Preface to First Edition


THE PURPOSE OF this book is to set forth a new way of thinking about economic problems. The time will come when we shall see that the root of all our economic confusion and the cause of the intellectual impotency which has brought economics into general disrepute is the obsession of our science with price theory­­ the virtual identification of economics with price analysis to the almost total exclusion of what Veblen called the "life process" of mankind.

To orthodox economists such a statement of the issue must always seem unwarranted. As they still insist, what focused the attention of the founding fathers upon price was their "realization" that price equilibrium is the key to all the mysteries of economic life. Ah, sweet mystery of price!

This presumption raises a question of primary importance. On what basis does it rest? The answer which I have given in the first part of this book is neither novel nor definitive. One of the commonest criticisms of orthodox economics is that it is based on the psychology, moral philosophy, and even theology of the eighteenth century, all of which, as we know, perpetuated earlier habits of thought that are even more widely at variance with present knowledge. Economics is by no means the only science in which ancient fallacies persist, but it is unique among contemporary studies in being the only one in which eighteenth­century (and earlier) habits of thought define the prevailing tradition. All this has been said before, indeed many times, but still not often or convincingly enough­­ so it would seem, since the tradition still prevails. I hardly dare to hope that my indictment will prove more effective than earlier ones. But so long as the classical tradition persists, no one can neglect its challenge.

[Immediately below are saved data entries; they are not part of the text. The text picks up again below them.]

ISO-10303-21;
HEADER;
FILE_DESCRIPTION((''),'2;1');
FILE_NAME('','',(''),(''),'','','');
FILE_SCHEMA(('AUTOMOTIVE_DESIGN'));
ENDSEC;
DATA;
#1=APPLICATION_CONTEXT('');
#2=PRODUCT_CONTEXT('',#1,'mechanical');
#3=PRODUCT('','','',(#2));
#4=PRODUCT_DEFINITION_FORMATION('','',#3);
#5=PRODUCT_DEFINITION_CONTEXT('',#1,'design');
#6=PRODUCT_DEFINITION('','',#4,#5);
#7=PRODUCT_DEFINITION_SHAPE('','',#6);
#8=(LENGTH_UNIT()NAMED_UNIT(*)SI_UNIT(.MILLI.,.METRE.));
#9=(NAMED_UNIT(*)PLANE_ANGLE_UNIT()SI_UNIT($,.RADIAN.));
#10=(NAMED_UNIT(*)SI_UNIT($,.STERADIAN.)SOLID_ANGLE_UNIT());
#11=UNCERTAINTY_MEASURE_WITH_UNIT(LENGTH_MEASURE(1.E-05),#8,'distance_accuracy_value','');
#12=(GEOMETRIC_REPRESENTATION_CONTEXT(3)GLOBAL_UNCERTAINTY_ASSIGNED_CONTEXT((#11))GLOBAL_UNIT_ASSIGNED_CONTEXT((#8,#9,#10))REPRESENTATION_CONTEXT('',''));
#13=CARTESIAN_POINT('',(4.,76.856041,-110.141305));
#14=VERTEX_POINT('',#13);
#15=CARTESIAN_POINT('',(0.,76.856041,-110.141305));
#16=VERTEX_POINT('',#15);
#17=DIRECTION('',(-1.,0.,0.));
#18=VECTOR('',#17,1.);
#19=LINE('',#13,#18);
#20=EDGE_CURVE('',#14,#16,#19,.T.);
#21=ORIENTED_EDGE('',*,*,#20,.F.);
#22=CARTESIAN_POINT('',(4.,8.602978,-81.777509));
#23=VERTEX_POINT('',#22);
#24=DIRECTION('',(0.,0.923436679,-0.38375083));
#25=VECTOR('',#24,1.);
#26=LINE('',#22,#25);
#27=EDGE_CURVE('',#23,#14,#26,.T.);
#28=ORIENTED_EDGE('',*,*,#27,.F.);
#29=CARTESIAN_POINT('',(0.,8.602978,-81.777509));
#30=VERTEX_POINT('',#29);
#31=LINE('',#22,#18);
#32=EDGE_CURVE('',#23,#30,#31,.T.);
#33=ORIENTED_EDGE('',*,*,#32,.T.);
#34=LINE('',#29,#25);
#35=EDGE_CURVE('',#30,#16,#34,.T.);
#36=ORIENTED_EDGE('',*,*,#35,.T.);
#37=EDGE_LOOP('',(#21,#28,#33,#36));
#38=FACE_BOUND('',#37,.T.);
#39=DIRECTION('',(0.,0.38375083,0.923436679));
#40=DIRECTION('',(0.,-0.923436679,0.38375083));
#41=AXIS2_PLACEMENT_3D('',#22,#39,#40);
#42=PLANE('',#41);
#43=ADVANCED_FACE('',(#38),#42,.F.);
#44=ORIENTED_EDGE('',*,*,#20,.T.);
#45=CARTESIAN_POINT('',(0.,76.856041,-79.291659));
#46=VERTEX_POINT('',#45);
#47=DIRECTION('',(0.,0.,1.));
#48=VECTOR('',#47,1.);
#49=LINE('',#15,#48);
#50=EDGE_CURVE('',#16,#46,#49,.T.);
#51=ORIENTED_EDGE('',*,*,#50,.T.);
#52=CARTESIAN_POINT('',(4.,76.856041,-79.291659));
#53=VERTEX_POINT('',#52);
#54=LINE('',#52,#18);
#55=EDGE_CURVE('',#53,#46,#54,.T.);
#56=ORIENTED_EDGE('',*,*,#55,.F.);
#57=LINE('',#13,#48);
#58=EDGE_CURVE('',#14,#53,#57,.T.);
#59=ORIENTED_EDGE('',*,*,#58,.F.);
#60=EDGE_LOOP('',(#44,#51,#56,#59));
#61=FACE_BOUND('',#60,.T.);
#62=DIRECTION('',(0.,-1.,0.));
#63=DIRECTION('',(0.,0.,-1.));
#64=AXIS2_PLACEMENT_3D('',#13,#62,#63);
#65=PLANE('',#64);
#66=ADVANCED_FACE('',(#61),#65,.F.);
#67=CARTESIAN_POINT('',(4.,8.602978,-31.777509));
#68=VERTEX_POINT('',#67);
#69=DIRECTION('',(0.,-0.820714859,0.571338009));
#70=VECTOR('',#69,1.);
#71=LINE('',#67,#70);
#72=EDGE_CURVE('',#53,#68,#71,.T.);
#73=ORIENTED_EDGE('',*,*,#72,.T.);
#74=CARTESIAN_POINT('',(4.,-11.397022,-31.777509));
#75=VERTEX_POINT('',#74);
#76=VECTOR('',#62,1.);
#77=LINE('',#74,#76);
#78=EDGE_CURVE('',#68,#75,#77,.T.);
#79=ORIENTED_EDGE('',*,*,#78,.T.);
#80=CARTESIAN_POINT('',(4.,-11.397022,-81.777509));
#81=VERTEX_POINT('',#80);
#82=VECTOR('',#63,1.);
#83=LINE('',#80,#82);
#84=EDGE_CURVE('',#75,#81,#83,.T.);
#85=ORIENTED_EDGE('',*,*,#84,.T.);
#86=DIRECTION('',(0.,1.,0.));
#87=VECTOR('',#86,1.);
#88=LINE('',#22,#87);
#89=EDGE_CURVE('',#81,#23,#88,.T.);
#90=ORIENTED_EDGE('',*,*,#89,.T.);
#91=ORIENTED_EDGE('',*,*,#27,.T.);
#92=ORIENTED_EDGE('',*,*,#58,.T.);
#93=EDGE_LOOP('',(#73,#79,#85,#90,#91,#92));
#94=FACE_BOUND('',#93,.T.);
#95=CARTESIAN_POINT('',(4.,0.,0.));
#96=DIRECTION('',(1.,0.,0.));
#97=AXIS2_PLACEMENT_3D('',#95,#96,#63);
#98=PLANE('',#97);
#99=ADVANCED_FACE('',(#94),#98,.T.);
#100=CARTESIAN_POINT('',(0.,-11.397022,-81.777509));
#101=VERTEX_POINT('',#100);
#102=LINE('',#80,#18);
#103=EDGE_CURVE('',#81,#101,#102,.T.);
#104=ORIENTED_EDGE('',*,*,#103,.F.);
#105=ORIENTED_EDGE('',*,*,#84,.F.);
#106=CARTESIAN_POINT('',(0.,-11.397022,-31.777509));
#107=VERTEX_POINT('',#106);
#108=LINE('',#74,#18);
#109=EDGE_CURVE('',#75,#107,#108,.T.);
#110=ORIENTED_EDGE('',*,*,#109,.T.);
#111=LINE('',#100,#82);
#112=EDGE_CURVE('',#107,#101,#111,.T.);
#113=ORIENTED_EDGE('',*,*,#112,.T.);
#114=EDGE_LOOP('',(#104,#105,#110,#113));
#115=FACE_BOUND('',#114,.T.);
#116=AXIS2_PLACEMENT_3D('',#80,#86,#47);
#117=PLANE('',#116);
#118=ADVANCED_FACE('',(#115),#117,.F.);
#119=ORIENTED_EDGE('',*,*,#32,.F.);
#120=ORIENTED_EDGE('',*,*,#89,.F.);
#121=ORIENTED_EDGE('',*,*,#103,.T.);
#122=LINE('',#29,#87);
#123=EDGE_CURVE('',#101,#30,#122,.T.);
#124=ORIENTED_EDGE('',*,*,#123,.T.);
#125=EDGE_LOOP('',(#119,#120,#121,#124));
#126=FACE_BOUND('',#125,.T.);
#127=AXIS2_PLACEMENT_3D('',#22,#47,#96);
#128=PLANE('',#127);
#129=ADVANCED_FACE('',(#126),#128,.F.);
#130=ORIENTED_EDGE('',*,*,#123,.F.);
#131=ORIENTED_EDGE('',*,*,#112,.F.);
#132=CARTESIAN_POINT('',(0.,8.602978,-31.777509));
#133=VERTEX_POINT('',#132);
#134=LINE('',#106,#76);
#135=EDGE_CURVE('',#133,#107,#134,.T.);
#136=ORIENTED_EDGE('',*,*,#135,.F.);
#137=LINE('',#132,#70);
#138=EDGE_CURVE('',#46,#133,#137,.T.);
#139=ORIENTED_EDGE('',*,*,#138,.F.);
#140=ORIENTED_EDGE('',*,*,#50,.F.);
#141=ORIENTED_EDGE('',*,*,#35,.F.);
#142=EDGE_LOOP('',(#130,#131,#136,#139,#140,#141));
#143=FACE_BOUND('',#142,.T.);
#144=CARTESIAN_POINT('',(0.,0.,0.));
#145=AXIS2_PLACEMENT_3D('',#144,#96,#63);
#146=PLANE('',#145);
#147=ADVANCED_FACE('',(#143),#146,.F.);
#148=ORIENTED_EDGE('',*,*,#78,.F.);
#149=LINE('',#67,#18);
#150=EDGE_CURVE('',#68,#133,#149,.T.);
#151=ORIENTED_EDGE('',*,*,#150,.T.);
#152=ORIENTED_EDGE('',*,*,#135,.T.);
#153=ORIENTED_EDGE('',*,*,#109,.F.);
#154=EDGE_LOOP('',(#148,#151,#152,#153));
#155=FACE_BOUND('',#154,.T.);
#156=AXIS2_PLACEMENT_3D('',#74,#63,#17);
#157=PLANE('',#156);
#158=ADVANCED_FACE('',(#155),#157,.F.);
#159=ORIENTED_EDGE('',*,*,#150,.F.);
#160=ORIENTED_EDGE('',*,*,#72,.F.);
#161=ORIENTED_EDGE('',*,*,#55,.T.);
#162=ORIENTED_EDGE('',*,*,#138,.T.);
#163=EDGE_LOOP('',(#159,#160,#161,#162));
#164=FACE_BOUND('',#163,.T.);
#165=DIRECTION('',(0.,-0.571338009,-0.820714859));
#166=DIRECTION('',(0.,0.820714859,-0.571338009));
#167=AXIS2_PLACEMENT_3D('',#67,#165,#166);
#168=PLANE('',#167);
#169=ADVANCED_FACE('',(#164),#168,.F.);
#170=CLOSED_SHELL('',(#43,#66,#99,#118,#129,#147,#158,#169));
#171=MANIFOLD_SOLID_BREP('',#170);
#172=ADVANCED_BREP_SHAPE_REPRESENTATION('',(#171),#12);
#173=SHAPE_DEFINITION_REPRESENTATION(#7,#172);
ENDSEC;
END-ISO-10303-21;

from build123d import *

# Parameters (mm, degrees)
SALIENTE_EXTRUIR1_DEPTH = 4


with BuildPart() as part:
    # Croquis1 → Saliente-Extruir1 (new body)
    with BuildSketch(Plane(origin=(0, 0, 0), x_dir=(0, 0, -1), z_dir=(1, 0, 0))):
        Polygon((31.77750931, 8.602977891), (79.291659343, 76.856040613), (110.141305144, 76.856040613), (81.77750931, 8.602977891), (81.77750931, -11.397022109), (31.77750931, -11.397022109), align=None)
    extrude(amount=SALIENTE_EXTRUIR1_DEPTH)


solid = part.part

Moreover, to do so would be a mistake of the first order. For we shall not be able to go straight in economics by easy expedients, such as addressing ourselves "directly" to the "facts." Surely, we ought to know by now that facts without understanding are meaningless; and understanding is a matter of perspective and pattern, that is to say theory. Does observation of the factual manifold reveal any general pattern? What are the forces that shape this pattern? In what different aspects­­ of production, distribution, consumption, or whatever­­ is the pattern manifest and what is the relation between those several aspects or functions? What sort of balance prevails among them and what is the criterion of balance and imbalance? The founders of the science owe their pre­eminence to their realization of the importance of such questions. If they were wrong in trying to elicit answers from the numerology of price, their questions still confront us.

What students of economics need today is to make a fresh start. If they would do this, they would discover almost immediately that they enjoy a very great advantage over the social philosophers of four and five generations ago. An immense quantity of water has passed over the scientific dam during those years that separate us from Adam Smith. In particular this period includes the Great Flood of 1859. The whole post­Darwinian conception of the nature of man, of the pattern of human behavior, and of social process, differs from that of the eighteenth century no less than the chemistry of the present day differs from that of Cavendish. The economist after all is a member of the scientific community, not a solitary castaway. Great sums of knowledge have already been deposited to his account by philosophers and sociologists, psychologists, historians, and anthropologists.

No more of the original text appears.